WHAT THIS TASK INVOLVES: Only these lines of the data below are wanted: the one with "#82=EDGE_LOOP('',(#49,#50,#56,#61,#66,#73,#78,#81));", the one with "#130=ADVANCED_FACE('',(#111,#127),#129,.F.);", and any lines between them, each repeated exactly.

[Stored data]
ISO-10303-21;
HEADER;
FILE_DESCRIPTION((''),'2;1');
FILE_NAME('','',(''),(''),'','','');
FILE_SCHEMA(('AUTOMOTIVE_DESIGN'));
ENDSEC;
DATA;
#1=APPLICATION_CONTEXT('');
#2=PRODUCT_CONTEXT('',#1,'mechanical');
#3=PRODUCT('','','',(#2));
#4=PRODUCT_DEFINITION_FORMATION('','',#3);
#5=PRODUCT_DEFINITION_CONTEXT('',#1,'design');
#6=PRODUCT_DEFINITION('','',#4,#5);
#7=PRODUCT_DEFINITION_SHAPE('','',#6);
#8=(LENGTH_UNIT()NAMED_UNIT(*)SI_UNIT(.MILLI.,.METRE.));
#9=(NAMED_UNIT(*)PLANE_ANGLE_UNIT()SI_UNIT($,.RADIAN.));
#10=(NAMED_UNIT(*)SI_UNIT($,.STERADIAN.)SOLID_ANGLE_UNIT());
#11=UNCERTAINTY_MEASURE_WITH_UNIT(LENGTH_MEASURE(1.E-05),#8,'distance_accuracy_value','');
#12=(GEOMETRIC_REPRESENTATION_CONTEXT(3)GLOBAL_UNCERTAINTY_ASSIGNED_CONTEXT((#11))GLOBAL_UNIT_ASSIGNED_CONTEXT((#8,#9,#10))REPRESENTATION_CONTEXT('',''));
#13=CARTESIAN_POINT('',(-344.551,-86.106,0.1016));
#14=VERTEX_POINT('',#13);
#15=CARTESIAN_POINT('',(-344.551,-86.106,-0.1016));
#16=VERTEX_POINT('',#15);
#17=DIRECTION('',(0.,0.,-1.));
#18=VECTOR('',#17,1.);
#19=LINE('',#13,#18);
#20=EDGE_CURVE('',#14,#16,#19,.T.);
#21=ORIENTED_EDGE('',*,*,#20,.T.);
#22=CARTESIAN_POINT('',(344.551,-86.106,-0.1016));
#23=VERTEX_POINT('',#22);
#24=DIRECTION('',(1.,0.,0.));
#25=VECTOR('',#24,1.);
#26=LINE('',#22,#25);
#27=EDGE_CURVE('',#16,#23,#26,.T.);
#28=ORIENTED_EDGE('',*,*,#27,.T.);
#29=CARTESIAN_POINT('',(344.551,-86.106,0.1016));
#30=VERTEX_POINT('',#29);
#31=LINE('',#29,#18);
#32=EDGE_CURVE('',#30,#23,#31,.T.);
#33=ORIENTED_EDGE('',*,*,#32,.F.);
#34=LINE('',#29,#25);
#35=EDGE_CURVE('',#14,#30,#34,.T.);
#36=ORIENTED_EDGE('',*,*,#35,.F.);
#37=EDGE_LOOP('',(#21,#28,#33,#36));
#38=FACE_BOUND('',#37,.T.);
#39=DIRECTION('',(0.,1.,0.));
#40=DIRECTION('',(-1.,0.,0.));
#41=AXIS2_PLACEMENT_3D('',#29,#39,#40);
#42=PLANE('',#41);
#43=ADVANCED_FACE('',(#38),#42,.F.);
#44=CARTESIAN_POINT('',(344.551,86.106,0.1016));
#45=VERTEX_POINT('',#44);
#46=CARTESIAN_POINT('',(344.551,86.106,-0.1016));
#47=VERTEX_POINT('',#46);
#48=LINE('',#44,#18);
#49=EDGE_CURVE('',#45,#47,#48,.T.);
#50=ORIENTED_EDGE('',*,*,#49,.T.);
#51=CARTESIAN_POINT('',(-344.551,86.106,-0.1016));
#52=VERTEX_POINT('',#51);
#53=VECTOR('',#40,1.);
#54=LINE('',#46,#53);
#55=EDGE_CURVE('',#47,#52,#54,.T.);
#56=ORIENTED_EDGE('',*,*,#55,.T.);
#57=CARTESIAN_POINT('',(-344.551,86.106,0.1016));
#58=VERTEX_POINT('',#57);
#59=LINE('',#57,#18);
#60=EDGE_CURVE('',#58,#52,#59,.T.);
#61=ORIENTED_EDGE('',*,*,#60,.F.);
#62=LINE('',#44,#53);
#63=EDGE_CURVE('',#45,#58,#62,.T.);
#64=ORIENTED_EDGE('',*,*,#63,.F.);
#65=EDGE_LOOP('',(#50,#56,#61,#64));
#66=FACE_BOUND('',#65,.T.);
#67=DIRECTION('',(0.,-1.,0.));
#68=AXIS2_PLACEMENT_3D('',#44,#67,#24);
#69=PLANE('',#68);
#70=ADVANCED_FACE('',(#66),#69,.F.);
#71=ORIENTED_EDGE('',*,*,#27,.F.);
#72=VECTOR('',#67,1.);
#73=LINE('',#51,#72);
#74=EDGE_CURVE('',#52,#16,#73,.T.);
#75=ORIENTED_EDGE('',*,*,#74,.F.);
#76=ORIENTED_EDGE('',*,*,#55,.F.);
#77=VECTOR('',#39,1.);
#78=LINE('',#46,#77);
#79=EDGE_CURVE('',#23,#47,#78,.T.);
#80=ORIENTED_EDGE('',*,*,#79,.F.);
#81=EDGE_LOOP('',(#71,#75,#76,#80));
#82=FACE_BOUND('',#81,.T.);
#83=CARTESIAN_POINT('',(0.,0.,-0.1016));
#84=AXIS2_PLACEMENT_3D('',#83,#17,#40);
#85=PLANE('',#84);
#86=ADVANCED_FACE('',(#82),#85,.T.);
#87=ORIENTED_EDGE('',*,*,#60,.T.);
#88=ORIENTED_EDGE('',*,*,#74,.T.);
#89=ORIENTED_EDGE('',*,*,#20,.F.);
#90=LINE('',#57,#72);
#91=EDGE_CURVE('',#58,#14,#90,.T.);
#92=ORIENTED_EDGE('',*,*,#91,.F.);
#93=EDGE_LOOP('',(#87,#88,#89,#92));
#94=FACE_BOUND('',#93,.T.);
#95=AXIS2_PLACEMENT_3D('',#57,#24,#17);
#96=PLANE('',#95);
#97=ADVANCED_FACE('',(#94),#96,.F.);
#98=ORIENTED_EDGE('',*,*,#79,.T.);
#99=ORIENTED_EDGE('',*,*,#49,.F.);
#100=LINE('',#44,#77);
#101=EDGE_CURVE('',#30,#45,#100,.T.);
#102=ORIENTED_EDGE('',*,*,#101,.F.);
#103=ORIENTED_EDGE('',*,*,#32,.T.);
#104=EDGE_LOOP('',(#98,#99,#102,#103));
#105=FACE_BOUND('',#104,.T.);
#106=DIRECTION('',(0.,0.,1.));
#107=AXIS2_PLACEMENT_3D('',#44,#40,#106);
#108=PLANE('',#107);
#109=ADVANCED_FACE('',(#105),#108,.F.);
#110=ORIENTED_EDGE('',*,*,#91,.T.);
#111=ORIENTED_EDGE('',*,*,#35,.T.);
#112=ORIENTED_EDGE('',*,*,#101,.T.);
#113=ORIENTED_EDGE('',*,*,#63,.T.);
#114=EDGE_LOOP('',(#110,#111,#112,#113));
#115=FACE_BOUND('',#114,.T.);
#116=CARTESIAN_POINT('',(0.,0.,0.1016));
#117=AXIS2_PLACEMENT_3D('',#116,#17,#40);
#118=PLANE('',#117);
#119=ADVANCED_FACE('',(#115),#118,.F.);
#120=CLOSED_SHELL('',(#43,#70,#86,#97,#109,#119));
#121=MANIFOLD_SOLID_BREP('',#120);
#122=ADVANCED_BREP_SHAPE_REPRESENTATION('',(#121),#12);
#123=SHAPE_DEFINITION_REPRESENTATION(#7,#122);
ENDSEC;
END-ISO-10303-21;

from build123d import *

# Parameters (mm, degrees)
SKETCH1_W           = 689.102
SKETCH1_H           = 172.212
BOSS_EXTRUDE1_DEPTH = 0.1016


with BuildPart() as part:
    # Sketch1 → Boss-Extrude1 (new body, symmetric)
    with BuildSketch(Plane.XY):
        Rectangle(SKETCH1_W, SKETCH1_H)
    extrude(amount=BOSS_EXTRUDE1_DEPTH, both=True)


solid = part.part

---

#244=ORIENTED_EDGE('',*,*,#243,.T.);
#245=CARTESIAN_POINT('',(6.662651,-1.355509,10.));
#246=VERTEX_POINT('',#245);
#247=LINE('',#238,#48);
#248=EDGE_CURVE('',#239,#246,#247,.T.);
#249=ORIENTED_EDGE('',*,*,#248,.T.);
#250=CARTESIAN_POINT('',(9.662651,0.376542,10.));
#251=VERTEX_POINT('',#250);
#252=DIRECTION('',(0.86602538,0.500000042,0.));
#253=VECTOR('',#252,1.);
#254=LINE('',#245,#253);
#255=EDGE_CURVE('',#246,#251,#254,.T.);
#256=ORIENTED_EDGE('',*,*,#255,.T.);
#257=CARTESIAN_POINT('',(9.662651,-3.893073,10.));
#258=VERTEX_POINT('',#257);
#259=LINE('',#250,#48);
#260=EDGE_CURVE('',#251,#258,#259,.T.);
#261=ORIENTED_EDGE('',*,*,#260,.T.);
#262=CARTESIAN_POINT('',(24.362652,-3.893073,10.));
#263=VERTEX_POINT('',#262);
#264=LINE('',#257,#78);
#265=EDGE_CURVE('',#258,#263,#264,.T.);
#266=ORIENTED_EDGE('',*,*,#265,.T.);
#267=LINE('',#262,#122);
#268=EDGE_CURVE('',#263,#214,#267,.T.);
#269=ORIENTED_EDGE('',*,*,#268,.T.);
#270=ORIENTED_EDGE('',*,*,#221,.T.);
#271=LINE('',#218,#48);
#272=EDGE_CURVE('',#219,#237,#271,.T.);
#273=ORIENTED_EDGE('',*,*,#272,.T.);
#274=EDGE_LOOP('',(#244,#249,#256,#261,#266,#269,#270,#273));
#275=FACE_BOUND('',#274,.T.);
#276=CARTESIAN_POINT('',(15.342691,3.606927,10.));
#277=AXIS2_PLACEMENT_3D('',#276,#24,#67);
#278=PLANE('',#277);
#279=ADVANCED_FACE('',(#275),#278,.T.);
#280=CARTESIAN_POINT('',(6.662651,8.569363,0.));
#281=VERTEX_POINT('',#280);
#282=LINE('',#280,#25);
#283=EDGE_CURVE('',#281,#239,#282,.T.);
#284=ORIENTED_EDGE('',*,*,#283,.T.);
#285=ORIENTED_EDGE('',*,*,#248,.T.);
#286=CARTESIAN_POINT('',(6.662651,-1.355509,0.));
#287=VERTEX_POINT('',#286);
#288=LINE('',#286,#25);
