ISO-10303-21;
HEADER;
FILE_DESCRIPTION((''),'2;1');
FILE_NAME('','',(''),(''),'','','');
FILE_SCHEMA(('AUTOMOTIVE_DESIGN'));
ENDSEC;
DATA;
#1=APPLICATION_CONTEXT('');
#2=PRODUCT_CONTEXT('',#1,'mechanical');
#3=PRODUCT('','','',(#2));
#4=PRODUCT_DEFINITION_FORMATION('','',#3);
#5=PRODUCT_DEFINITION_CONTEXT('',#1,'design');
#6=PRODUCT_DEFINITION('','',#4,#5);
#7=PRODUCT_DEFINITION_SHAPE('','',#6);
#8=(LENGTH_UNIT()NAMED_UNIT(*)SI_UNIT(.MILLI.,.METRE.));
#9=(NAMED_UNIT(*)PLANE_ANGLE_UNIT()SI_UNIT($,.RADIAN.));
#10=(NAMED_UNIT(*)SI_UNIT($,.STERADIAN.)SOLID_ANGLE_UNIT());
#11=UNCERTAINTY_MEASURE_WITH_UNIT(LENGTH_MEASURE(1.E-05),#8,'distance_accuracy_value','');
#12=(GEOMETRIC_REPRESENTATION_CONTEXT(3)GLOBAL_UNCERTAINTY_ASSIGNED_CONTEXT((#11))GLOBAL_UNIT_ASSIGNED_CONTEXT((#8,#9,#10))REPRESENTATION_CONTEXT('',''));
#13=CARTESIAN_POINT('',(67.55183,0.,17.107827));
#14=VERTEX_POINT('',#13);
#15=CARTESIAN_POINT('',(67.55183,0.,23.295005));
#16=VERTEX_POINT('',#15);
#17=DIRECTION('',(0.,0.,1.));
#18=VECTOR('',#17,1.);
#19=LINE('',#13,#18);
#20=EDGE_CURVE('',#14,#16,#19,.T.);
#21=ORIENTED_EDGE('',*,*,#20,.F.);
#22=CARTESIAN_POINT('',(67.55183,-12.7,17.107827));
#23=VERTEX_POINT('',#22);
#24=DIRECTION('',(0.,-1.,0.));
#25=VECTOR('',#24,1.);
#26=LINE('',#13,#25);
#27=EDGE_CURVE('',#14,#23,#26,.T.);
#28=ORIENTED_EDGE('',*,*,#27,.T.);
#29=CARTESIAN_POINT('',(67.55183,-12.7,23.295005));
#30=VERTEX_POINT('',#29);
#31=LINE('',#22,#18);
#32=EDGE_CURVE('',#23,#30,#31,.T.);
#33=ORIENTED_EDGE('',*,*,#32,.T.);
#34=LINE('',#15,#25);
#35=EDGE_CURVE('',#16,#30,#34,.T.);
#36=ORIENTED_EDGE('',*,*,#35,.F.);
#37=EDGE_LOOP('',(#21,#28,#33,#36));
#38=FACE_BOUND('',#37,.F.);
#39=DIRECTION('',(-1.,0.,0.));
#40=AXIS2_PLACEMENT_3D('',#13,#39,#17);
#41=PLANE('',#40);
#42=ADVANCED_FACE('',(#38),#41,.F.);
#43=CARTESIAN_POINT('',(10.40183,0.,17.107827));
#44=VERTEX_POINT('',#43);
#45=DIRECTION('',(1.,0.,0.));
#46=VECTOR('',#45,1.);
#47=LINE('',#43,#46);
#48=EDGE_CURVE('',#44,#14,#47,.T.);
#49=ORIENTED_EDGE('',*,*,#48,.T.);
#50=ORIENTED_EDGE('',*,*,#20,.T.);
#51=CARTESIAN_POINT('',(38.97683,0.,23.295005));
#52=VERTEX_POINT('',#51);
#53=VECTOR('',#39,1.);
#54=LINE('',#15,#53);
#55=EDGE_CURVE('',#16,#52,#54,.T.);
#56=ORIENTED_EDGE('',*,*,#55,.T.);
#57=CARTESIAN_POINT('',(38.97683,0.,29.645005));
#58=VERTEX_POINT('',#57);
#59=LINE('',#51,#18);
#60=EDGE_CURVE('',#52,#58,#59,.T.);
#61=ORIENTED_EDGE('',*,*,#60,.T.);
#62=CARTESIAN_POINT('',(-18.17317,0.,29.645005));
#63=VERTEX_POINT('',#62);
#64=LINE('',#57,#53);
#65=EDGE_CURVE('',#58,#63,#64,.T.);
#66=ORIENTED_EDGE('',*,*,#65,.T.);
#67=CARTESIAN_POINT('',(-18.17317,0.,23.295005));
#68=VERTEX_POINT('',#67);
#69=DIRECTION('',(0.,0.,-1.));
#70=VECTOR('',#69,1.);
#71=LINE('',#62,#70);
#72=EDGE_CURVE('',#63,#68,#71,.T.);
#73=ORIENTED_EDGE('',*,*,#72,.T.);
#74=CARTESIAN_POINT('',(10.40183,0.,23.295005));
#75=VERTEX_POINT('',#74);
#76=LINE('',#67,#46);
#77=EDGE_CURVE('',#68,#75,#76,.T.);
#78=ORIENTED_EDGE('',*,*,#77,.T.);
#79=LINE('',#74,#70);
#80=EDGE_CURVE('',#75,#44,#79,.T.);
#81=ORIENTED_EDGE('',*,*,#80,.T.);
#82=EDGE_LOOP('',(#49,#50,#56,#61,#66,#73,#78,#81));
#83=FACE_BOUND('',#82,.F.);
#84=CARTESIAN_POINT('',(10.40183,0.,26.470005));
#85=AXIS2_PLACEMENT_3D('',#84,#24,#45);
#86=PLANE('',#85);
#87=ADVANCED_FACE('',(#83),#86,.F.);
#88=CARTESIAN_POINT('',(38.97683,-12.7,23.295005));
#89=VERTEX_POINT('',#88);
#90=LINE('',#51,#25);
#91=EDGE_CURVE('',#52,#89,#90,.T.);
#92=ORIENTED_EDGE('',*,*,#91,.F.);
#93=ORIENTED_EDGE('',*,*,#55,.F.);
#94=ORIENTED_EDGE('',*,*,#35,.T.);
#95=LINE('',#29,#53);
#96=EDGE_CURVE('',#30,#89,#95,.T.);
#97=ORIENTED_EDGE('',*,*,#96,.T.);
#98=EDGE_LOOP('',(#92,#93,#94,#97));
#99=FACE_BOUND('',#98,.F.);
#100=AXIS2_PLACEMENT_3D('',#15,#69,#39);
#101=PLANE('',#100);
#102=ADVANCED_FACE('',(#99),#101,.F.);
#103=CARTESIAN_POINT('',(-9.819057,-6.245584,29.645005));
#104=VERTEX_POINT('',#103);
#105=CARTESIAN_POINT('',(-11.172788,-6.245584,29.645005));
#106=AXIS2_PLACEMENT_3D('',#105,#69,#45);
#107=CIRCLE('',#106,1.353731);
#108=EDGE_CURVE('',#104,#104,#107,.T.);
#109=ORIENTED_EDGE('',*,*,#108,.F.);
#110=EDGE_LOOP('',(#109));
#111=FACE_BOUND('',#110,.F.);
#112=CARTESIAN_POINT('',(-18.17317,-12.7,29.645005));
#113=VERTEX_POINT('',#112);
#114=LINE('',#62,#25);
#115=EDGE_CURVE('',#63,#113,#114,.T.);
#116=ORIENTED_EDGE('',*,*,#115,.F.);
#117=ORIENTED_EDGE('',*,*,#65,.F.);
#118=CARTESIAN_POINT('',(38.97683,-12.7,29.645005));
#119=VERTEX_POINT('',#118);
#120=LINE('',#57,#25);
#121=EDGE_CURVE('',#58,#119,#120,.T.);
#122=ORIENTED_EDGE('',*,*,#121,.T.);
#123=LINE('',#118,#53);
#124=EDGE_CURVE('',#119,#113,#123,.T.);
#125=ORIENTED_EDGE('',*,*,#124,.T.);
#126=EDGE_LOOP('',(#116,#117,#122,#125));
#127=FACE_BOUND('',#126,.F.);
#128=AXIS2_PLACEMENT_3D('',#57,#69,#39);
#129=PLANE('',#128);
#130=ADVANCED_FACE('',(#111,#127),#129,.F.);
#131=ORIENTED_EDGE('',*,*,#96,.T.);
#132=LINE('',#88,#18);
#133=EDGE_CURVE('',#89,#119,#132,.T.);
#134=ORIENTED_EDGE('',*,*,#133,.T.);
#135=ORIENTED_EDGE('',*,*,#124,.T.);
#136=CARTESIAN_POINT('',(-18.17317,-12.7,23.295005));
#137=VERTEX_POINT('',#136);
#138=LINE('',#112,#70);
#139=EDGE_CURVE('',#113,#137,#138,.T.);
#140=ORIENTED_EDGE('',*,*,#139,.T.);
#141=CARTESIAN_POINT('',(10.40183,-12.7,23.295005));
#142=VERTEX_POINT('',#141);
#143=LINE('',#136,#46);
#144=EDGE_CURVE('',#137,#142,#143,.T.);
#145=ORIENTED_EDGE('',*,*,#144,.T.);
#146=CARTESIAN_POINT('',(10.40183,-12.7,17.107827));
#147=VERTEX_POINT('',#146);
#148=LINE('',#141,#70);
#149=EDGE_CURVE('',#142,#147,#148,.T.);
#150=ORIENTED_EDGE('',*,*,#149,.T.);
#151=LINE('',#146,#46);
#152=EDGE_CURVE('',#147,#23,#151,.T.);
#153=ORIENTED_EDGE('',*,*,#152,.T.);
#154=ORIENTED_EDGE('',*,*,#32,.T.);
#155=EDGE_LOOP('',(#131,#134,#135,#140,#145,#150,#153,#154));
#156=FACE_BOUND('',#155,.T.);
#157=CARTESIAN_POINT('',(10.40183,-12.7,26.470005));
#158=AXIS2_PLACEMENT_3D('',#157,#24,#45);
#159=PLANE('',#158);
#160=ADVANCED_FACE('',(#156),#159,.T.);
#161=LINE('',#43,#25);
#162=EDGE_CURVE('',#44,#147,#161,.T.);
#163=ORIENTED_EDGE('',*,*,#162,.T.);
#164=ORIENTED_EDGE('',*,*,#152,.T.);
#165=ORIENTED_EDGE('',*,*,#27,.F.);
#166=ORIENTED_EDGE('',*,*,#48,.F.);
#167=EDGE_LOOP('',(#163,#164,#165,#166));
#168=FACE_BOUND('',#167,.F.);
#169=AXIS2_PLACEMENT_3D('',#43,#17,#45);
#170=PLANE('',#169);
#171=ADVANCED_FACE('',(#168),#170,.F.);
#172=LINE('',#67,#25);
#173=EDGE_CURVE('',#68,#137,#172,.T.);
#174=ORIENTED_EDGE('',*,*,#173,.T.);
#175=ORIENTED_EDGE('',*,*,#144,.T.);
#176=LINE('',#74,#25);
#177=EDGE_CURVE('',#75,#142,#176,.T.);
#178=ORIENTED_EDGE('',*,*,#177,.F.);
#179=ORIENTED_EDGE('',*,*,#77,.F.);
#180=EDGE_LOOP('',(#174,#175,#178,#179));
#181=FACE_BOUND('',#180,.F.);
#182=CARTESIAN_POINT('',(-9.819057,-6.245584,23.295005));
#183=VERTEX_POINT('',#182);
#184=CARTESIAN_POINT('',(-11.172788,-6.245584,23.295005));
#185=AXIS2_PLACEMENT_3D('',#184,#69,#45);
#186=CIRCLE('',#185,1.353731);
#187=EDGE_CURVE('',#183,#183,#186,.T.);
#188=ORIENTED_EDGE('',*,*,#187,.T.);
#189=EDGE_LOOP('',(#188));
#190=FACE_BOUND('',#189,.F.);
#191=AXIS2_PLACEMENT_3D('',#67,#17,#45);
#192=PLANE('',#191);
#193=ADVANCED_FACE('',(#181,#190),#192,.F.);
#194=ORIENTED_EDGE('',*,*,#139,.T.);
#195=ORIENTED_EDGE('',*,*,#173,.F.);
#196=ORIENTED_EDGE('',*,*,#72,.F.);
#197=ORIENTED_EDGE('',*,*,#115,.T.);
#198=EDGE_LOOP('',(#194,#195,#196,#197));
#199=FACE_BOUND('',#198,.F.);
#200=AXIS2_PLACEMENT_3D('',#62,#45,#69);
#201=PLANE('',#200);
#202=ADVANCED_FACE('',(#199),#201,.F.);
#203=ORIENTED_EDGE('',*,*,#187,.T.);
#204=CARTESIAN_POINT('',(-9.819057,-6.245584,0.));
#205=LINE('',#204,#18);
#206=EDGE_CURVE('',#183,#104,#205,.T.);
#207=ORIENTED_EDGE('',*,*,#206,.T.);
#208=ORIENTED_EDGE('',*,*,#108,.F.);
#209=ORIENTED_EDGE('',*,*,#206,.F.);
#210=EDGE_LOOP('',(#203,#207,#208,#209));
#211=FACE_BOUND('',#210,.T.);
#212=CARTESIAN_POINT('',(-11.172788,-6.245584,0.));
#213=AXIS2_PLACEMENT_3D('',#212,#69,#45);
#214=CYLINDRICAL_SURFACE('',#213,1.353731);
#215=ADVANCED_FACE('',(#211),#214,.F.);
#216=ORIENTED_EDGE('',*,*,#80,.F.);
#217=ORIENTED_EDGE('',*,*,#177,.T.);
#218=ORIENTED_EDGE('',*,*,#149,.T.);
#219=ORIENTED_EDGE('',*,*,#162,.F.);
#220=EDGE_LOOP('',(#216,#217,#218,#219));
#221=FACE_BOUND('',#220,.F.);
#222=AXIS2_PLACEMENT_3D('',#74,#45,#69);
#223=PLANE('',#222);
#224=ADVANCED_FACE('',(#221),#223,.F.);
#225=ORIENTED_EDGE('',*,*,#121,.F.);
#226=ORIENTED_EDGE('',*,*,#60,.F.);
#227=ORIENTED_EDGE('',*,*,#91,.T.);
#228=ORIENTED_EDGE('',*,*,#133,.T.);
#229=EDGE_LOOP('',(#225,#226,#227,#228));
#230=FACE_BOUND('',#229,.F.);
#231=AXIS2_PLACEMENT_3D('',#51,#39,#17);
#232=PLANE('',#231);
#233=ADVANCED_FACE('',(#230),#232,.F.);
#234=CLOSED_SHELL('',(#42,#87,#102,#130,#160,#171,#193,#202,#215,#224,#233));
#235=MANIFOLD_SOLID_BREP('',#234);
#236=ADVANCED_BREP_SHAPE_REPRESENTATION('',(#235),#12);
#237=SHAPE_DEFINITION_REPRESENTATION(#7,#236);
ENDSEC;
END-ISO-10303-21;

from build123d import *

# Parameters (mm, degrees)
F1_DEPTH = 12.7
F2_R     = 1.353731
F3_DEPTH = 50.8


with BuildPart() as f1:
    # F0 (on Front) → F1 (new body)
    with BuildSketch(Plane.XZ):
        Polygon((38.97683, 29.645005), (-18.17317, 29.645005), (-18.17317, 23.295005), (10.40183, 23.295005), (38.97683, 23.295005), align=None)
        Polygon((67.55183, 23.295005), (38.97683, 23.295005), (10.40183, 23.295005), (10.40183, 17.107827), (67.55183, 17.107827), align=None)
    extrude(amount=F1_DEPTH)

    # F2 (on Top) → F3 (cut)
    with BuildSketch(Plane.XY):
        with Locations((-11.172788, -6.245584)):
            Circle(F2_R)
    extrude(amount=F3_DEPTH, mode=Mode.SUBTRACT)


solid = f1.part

OUTPUT FOR THIS TASK:
#82=EDGE_LOOP('',(#49,#50,#56,#61,#66,#73,#78,#81));
#83=FACE_BOUND('',#82,.F.);
#84=CARTESIAN_POINT('',(10.40183,0.,26.470005));
#85=AXIS2_PLACEMENT_3D('',#84,#24,#45);
#86=PLANE('',#85);
#87=ADVANCED_FACE('',(#83),#86,.F.);
#88=CARTESIAN_POINT('',(38.97683,-12.7,23.295005));
#89=VERTEX_POINT('',#88);
#90=LINE('',#51,#25);
#91=EDGE_CURVE('',#52,#89,#90,.T.);
#92=ORIENTED_EDGE('',*,*,#91,.F.);
#93=ORIENTED_EDGE('',*,*,#55,.F.);
#94=ORIENTED_EDGE('',*,*,#35,.T.);
#95=LINE('',#29,#53);
#96=EDGE_CURVE('',#30,#89,#95,.T.);
#97=ORIENTED_EDGE('',*,*,#96,.T.);
#98=EDGE_LOOP('',(#92,#93,#94,#97));
#99=FACE_BOUND('',#98,.F.);
#100=AXIS2_PLACEMENT_3D('',#15,#69,#39);
#101=PLANE('',#100);
#102=ADVANCED_FACE('',(#99),#101,.F.);
#103=CARTESIAN_POINT('',(-9.819057,-6.245584,29.645005));
#104=VERTEX_POINT('',#103);
#105=CARTESIAN_POINT('',(-11.172788,-6.245584,29.645005));
#106=AXIS2_PLACEMENT_3D('',#105,#69,#45);
#107=CIRCLE('',#106,1.353731);
#108=EDGE_CURVE('',#104,#104,#107,.T.);
#109=ORIENTED_EDGE('',*,*,#108,.F.);
#110=EDGE_LOOP('',(#109));
#111=FACE_BOUND('',#110,.F.);
#112=CARTESIAN_POINT('',(-18.17317,-12.7,29.645005));
#113=VERTEX_POINT('',#112);
#114=LINE('',#62,#25);
#115=EDGE_CURVE('',#63,#113,#114,.T.);
#116=ORIENTED_EDGE('',*,*,#115,.F.);
#117=ORIENTED_EDGE('',*,*,#65,.F.);
#118=CARTESIAN_POINT('',(38.97683,-12.7,29.645005));
#119=VERTEX_POINT('',#118);
#120=LINE('',#57,#25);
#121=EDGE_CURVE('',#58,#119,#120,.T.);
#122=ORIENTED_EDGE('',*,*,#121,.T.);
#123=LINE('',#118,#53);
#124=EDGE_CURVE('',#119,#113,#123,.T.);
#125=ORIENTED_EDGE('',*,*,#124,.T.);
#126=EDGE_LOOP('',(#116,#117,#122,#125));
#127=FACE_BOUND('',#126,.F.);
#128=AXIS2_PLACEMENT_3D('',#57,#69,#39);
#129=PLANE('',#128);
#130=ADVANCED_FACE('',(#111,#127),#129,.F.);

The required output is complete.